I am trying to wrap my head around this piece of code.
Lets say I have a struct S1 defined like this:
nonisolated struct S1 {
@MainActor var title: String = "My title"
nonisolated mutating func updateTitle() {
title = "My new title"
}
}
Firstly, I am trying to understand why does this piece of code compile. My assumption is that updateTitle function should not be able to mutate title variable since updateTitle is nonisolated and title property is marked with @MainActor.
Furthermore if I then define a class C1 like this that holds the S1 value:
nonisolated class C1 {
var s1 = S1()
}
and then use it to mutate the s1 title like this:
var c1 = C1()
await updateTitleConcurrent(c1: c1)
print(c1.s1.title) // this prints "My New Title"
func updateTitleConcurrent(c1: sending C1) async {
await Task { @concurrent in
c1.s1.updateTitle()
}.value
}
The title property will be mutated on some arbitrary thread from the concurrent thread pool and not the main thread. This does not seem correct since the title property is obviously marked with @MainActor
Any suggestion on why this works like that?
for information, I am using Xcode 26 beta 2 with Swift 6 and DefaultActorIsolation set to MainActor.
I am no expert, but instances of struct S1 have value semantics. What does using nonisolated on them mean?
Instead, have you tried to make S1 a class?
nonisolated class S1 {
@MainActor var title: String = "My title"

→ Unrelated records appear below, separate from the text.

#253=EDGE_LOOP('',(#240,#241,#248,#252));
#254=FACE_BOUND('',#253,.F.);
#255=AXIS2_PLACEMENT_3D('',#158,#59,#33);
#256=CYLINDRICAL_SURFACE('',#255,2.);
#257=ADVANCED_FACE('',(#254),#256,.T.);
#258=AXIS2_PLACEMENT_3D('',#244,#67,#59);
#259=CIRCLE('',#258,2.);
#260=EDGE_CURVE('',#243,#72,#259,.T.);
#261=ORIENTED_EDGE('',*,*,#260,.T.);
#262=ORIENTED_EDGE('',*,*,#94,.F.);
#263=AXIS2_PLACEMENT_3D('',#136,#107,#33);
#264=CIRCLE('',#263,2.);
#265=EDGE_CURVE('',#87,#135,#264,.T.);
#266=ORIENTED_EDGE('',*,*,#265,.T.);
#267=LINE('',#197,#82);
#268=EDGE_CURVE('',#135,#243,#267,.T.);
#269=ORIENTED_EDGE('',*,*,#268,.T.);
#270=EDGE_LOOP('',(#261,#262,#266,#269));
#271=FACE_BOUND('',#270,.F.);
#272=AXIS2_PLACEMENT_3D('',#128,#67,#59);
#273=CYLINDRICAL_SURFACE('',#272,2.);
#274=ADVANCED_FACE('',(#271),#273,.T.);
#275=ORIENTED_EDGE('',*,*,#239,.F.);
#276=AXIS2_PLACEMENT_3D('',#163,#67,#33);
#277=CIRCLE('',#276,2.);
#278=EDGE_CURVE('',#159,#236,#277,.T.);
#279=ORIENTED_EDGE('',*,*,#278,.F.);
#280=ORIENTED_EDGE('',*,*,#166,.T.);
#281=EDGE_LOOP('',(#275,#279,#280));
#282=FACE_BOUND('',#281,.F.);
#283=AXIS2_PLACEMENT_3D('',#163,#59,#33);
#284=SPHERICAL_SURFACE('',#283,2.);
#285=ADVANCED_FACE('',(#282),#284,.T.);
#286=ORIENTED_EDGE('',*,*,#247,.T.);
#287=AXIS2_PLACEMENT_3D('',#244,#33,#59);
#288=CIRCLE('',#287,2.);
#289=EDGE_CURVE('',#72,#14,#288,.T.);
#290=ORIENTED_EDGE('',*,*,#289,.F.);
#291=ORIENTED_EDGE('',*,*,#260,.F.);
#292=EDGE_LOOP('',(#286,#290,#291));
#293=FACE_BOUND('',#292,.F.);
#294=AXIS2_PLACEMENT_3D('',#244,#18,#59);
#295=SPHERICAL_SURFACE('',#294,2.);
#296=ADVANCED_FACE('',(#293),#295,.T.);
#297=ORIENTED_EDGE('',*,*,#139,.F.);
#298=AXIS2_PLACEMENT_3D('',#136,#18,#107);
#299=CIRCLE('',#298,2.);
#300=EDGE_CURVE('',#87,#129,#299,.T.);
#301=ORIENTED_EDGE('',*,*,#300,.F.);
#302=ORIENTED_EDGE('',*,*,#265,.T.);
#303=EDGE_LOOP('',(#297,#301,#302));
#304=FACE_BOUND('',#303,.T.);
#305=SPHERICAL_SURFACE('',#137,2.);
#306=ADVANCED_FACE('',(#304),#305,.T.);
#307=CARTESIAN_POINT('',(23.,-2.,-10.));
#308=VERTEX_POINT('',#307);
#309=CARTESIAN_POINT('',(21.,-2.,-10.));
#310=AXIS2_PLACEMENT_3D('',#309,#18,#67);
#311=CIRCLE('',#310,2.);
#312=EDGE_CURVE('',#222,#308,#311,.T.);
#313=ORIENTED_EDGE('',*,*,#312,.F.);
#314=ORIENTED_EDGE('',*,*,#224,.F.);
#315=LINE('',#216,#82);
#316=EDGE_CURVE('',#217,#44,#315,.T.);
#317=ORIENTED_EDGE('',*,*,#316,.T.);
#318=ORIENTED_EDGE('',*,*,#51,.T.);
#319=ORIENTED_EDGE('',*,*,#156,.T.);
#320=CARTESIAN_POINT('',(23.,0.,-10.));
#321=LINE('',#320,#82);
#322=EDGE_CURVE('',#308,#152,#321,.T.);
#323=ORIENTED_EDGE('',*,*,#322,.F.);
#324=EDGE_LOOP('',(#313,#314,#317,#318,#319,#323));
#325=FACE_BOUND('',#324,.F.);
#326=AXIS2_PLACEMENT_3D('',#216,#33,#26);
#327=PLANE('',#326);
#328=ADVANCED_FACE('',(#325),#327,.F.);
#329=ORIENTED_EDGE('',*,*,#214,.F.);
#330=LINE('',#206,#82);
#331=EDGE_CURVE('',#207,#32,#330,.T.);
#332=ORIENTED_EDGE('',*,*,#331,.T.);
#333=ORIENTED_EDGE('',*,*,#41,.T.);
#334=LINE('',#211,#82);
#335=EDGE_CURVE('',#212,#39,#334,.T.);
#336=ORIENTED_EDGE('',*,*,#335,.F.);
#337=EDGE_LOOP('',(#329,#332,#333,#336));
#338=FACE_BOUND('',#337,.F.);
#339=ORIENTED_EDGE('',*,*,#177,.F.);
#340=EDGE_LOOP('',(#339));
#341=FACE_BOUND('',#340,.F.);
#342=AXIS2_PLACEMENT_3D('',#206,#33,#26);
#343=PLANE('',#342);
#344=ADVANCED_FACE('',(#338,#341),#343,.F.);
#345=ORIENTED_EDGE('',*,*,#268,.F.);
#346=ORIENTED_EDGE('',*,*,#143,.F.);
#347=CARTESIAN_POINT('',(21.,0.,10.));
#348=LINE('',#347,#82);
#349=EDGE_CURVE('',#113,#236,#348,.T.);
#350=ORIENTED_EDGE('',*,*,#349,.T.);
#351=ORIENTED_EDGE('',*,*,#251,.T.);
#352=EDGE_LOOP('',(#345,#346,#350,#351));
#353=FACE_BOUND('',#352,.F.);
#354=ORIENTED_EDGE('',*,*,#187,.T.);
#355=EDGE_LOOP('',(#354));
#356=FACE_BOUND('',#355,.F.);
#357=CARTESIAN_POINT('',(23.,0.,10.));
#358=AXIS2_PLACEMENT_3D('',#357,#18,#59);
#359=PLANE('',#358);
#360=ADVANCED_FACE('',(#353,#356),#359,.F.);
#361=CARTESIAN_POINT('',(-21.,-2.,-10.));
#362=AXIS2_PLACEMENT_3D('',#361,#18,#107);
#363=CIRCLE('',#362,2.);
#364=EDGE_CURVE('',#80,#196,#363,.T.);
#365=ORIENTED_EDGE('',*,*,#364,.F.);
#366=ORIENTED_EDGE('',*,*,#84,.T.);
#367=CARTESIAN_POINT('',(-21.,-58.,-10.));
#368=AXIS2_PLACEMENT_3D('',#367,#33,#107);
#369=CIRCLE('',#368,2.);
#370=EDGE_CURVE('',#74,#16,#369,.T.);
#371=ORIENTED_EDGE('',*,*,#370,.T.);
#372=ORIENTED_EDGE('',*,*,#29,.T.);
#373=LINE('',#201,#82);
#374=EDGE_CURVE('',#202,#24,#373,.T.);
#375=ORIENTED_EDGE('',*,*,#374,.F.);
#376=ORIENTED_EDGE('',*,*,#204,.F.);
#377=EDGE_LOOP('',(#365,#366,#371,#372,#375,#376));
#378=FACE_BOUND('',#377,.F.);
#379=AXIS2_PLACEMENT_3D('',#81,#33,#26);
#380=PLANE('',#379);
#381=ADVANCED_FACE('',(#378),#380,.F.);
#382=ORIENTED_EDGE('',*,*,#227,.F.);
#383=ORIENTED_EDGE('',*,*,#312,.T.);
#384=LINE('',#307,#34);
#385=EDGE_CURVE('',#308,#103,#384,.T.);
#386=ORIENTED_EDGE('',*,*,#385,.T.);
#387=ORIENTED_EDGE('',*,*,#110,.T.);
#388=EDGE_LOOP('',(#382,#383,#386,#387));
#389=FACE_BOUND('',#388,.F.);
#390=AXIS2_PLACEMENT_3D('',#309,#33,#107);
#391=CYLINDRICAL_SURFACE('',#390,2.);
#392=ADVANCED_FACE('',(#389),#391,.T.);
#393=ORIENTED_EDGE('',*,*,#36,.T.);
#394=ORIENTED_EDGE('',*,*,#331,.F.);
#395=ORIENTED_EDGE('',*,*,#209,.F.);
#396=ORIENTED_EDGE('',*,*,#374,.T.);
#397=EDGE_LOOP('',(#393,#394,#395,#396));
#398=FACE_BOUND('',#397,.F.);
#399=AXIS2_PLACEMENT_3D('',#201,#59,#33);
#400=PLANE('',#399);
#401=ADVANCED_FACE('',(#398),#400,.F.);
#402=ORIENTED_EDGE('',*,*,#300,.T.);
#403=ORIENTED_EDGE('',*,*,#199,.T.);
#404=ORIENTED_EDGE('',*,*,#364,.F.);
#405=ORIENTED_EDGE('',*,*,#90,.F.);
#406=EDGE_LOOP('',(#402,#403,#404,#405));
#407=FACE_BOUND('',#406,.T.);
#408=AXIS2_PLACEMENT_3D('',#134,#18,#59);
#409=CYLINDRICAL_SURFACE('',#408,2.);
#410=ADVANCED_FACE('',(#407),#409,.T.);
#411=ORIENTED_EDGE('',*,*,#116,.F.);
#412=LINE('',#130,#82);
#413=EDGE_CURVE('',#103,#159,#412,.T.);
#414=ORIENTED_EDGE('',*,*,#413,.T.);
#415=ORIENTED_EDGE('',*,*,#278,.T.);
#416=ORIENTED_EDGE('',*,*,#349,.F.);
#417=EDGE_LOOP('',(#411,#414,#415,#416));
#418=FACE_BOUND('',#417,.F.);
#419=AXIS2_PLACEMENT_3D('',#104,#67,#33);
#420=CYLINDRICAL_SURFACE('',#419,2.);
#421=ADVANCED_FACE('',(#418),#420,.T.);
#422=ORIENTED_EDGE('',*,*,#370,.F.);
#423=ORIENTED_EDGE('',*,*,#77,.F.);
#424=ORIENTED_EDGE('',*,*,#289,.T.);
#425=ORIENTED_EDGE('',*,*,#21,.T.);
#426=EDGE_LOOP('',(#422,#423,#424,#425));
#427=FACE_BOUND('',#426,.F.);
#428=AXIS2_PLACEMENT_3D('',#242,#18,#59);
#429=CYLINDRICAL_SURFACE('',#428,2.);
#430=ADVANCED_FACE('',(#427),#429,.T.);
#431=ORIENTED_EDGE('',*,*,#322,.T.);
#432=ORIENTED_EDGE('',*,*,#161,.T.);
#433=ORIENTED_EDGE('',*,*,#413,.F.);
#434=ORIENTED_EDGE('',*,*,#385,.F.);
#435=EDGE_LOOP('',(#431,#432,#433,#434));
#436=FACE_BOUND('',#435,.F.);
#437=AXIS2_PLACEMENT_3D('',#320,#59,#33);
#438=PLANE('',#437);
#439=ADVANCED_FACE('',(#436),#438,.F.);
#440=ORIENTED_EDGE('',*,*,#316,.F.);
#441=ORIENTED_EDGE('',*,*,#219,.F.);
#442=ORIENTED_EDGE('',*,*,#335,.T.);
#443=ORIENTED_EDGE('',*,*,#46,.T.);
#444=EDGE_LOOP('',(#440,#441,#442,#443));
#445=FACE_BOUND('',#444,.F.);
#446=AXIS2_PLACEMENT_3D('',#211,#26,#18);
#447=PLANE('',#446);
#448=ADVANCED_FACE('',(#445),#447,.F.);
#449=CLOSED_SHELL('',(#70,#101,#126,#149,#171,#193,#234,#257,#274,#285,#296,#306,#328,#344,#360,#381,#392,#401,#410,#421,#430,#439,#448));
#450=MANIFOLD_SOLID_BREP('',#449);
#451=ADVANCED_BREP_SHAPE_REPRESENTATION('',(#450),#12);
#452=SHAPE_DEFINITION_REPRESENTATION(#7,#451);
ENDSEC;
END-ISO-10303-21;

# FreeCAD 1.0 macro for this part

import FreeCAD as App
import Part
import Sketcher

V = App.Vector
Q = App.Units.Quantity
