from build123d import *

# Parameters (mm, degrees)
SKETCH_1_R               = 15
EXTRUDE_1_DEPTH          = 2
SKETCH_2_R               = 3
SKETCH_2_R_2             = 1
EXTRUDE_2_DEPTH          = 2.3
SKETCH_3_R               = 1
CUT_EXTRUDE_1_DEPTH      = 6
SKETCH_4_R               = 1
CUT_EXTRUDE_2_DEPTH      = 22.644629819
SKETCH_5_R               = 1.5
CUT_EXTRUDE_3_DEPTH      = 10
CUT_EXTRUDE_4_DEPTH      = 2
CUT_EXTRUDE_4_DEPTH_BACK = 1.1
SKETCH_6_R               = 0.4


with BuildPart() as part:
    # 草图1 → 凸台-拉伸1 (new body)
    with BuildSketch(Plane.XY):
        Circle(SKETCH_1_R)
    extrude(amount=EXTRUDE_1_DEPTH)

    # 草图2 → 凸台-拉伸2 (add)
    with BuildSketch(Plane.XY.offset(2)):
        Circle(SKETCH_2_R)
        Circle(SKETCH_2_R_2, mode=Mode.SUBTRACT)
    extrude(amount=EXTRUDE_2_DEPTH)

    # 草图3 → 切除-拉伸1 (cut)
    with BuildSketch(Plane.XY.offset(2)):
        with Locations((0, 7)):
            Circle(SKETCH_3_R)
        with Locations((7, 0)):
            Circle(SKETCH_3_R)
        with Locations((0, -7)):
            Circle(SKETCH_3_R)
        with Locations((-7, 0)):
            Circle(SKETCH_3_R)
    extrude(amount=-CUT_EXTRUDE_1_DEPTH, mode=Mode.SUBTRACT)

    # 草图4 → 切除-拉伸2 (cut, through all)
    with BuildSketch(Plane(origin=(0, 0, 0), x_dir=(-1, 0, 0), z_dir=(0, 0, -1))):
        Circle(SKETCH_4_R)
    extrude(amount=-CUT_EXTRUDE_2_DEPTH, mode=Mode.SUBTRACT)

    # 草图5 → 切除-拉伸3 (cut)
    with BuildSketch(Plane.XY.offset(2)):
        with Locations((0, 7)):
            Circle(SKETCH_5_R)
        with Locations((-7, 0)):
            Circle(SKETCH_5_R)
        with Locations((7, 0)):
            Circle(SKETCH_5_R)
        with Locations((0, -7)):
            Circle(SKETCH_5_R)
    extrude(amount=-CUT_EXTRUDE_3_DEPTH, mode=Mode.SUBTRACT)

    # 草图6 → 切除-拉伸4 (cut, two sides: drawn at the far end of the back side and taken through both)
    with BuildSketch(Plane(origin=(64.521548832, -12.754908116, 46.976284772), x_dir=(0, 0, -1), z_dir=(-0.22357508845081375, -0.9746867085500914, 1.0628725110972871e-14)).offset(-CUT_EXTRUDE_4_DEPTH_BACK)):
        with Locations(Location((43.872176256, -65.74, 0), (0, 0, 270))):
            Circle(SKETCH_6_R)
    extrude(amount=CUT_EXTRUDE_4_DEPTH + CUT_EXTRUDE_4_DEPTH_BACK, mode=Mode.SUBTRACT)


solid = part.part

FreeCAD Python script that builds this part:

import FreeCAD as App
import Part
import Sketcher

V = App.Vector

doc = App.newDocument("Part")
body = doc.addObject("PartDesign::Body", "Body")

sketch1 = body.newObject("Sketcher::SketchObject", "Sketch")
sketch1.AttachmentSupport = (doc.getObject("XY_Plane"), [""])
sketch1.MapMode = "FlatFace"
sketch1.addGeometry(Part.Circle(V(0, 0, 0), V(0, 0, 1), 15), False)
sketch1.addConstraint(Sketcher.Constraint("Coincident", 0, 3, -1, 1))
sketch1.addConstraint(Sketcher.Constraint("Diameter", 0, 30.0))
pad1 = body.newObject("PartDesign::Pad", "Pad")
pad1.Profile = sketch1
pad1.Length = 2

sketch2 = body.newObject("Sketcher::SketchObject", "Sketch001")
sketch2.AttachmentSupport = (doc.getObject("XY_Plane"), [""])
sketch2.MapMode = "FlatFace"
sketch2.AttachmentOffset = App.Placement(V(0, 0, 2), App.Rotation())
sketch2.addGeometry(Part.Circle(V(0, 0, 0), V(0, 0, 1), 3), False)
sketch2.addGeometry(Part.Circle(V(0, 0, 0), V(0, 0, 1), 1), False)
sketch2.addConstraint(Sketcher.Constraint("Coincident", 0, 3, -1, 1))
sketch2.addConstraint(Sketcher.Constraint("Coincident", 1, 3, -1, 1))
sketch2.addConstraint(Sketcher.Constraint("Diameter", 0, 6.0))
sketch2.addConstraint(Sketcher.Constraint("Diameter", 1, 2.0))
pad2 = body.newObject("PartDesign::Pad", "Pad001")
pad2.Profile = sketch2
pad2.Length = 2.3

sketch3 = body.newObject("Sketcher::SketchObject", "Sketch002")
sketch3.AttachmentSupport = (doc.getObject("XY_Plane"), [""])
sketch3.MapMode = "FlatFace"
sketch3.AttachmentOffset = App.Placement(V(0, 0, 2), App.Rotation())
sketch3.addGeometry(Part.Circle(V(0, 7, 0), V(0, 0, 1), 1), False)
sketch3.addGeometry(Part.Circle(V(7, 0, 0), V(0, 0, 1), 1), False)
sketch3.addGeometry(Part.Circle(V(0, -7, 0), V(0, 0, 1), 1), False)
sketch3.addGeometry(Part.Circle(V(-7, 0, 0), V(0, 0, 1), 1), False)
sketch3.addConstraint(Sketcher.Constraint("Equal", 0, 1))
sketch3.addConstraint(Sketcher.Constraint("Equal", 1, 2))
sketch3.addConstraint(Sketcher.Constraint("Equal", 2, 3))
sketch3.addConstraint(Sketcher.Constraint("Symmetric", 0, 3, 2, 3, -1, 1))
sketch3.addConstraint(Sketcher.Constraint("Symmetric", 1, 3, 3, 3, -1, 1))
sketch3.addConstraint(Sketcher.Constraint("PointOnObject", 0, 3, -2))
sketch3.addConstraint(Sketcher.Constraint("PointOnObject", 1, 3, -1))
sketch3.addConstraint(Sketcher.Constraint("Diameter", 0, 2.0))
sketch3.addConstraint(Sketcher.Constraint("DistanceY", -1, 1, 0, 3, 7.0))
sketch3.addConstraint(Sketcher.Constraint("DistanceX", -1, 1, 1, 3, 7.0))
pocket1 = body.newObject("PartDesign::Pocket", "Pocket")
pocket1.Profile = sketch3
pocket1.Length = 6

sketch4 = body.newObject("Sketcher::SketchObject", "Sketch003")
sketch4.AttachmentSupport = (doc.getObject("XY_Plane"), [""])
sketch4.MapMode = "FlatFace"
sketch4.addGeometry(Part.Circle(V(0, 0, 0), V(0, 0, 1), 1), False)
sketch4.addConstraint(Sketcher.Constraint("Coincident", 0, 3, -1, 1))
sketch4.addConstraint(Sketcher.Constraint("Diameter", 0, 2.0))
pocket2 = body.newObject("PartDesign::Pocket", "Pocket001")
pocket2.Profile = sketch4
pocket2.Type = "ThroughAll"
pocket2.Reversed = True

sketch5 = body.newObject("Sketcher::SketchObject", "Sketch004")
sketch5.AttachmentSupport = (doc.getObject("XY_Plane"), [""])
sketch5.MapMode = "FlatFace"
sketch5.AttachmentOffset = App.Placement(V(0, 0, 2), App.Rotation())
sketch5.addGeometry(Part.Circle(V(0, 7, 0), V(0, 0, 1), 1.5), False)
sketch5.addGeometry(Part.Circle(V(-7, 0, 0), V(0, 0, 1), 1.5), False)
sketch5.addGeometry(Part.Circle(V(7, 0, 0), V(0, 0, 1), 1.5), False)
sketch5.addGeometry(Part.Circle(V(0, -7, 0), V(0, 0, 1), 1.5), False)
sketch5.addConstraint(Sketcher.Constraint("Equal", 0, 1))
sketch5.addConstraint(Sketcher.Constraint("Equal", 1, 2))
sketch5.addConstraint(Sketcher.Constraint("Equal", 2, 3))
sketch5.addConstraint(Sketcher.Constraint("Symmetric", 1, 3, 2, 3, -1, 1))
sketch5.addConstraint(Sketcher.Constraint("Symmetric", 0, 3, 3, 3, -1, 1))
sketch5.addConstraint(Sketcher.Constraint("PointOnObject", 0, 3, -2))
sketch5.addConstraint(Sketcher.Constraint("PointOnObject", 1, 3, -1))
sketch5.addConstraint(Sketcher.Constraint("Diameter", 0, 3.0))
sketch5.addConstraint(Sketcher.Constraint("DistanceY", -1, 1, 0, 3, 7.0))
sketch5.addConstraint(Sketcher.Constraint("DistanceX", 1, 3, -1, 1, 7.0))
pocket3 = body.newObject("PartDesign::Pocket", "Pocket002")
pocket3.Profile = sketch5
pocket3.Length = 10

sketch6 = body.newObject("Sketcher::SketchObject", "Sketch005")
sketch6.Placement = App.Placement(V(64.521549, -12.754908, 46.976285), App.Rotation(V(0, 0, -1), V(0.974686709, -0.223575088, 0), V(-0.223575088, -0.974686709, 0), "ZXY"))
sketch6.addGeometry(Part.Circle(V(43.872176, -65.74, 0), V(0, 0, 1), 0.4), False)
sketch6.addConstraint(Sketcher.Constraint("Diameter", 0, 0.8))
sketch6.addConstraint(Sketcher.Constraint("DistanceY", 0, 3, -1, 1, 65.74))
sketch6.addConstraint(Sketcher.Constraint("DistanceX", -1, 1, 0, 3, 43.872176))
pocket4 = body.newObject("PartDesign::Pocket", "Pocket003")
pocket4.Profile = sketch6
pocket4.Type = "TwoLengths"
pocket4.Length = 2
pocket4.Length2 = 1.1
pocket4.Reversed = True

doc.recompute()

nonisolated func updateTitle() {
title = "My new title" // Error: Main actor-isolated property 'title' can not be mutated from a nonisolated context
// Mutation of this property is only permitted within the actor
}
}
Yes I also tested the exact same thing you mentioned and for class it seems to work as expected.
My assumption was that structs should work in a similar way and that similar constraints should be applied on them as well in the end.
This still seems like a bug to me that we are allowed to update @MainActor property of a struct within nonisolated function (which can be called on arbitrary thread) unless I am missing something.
Your function is synchronous, so it’s a tricky question: it cannot leave current isolation. And since you have everything default to main actor, compiler might assume that it is safe. Try to introduce asynchronous concurrent function that will call this method.
I think that even though I have everything default to @MainActor the updateTitle function is not on it but rather it should be nonisolated because it is explicitly marked like that.
And because of that my assumption was that I cannot access the @MainActor property from nonisolated synchronous function the same way that is not possible when using a class as @ibex10 showed in his example.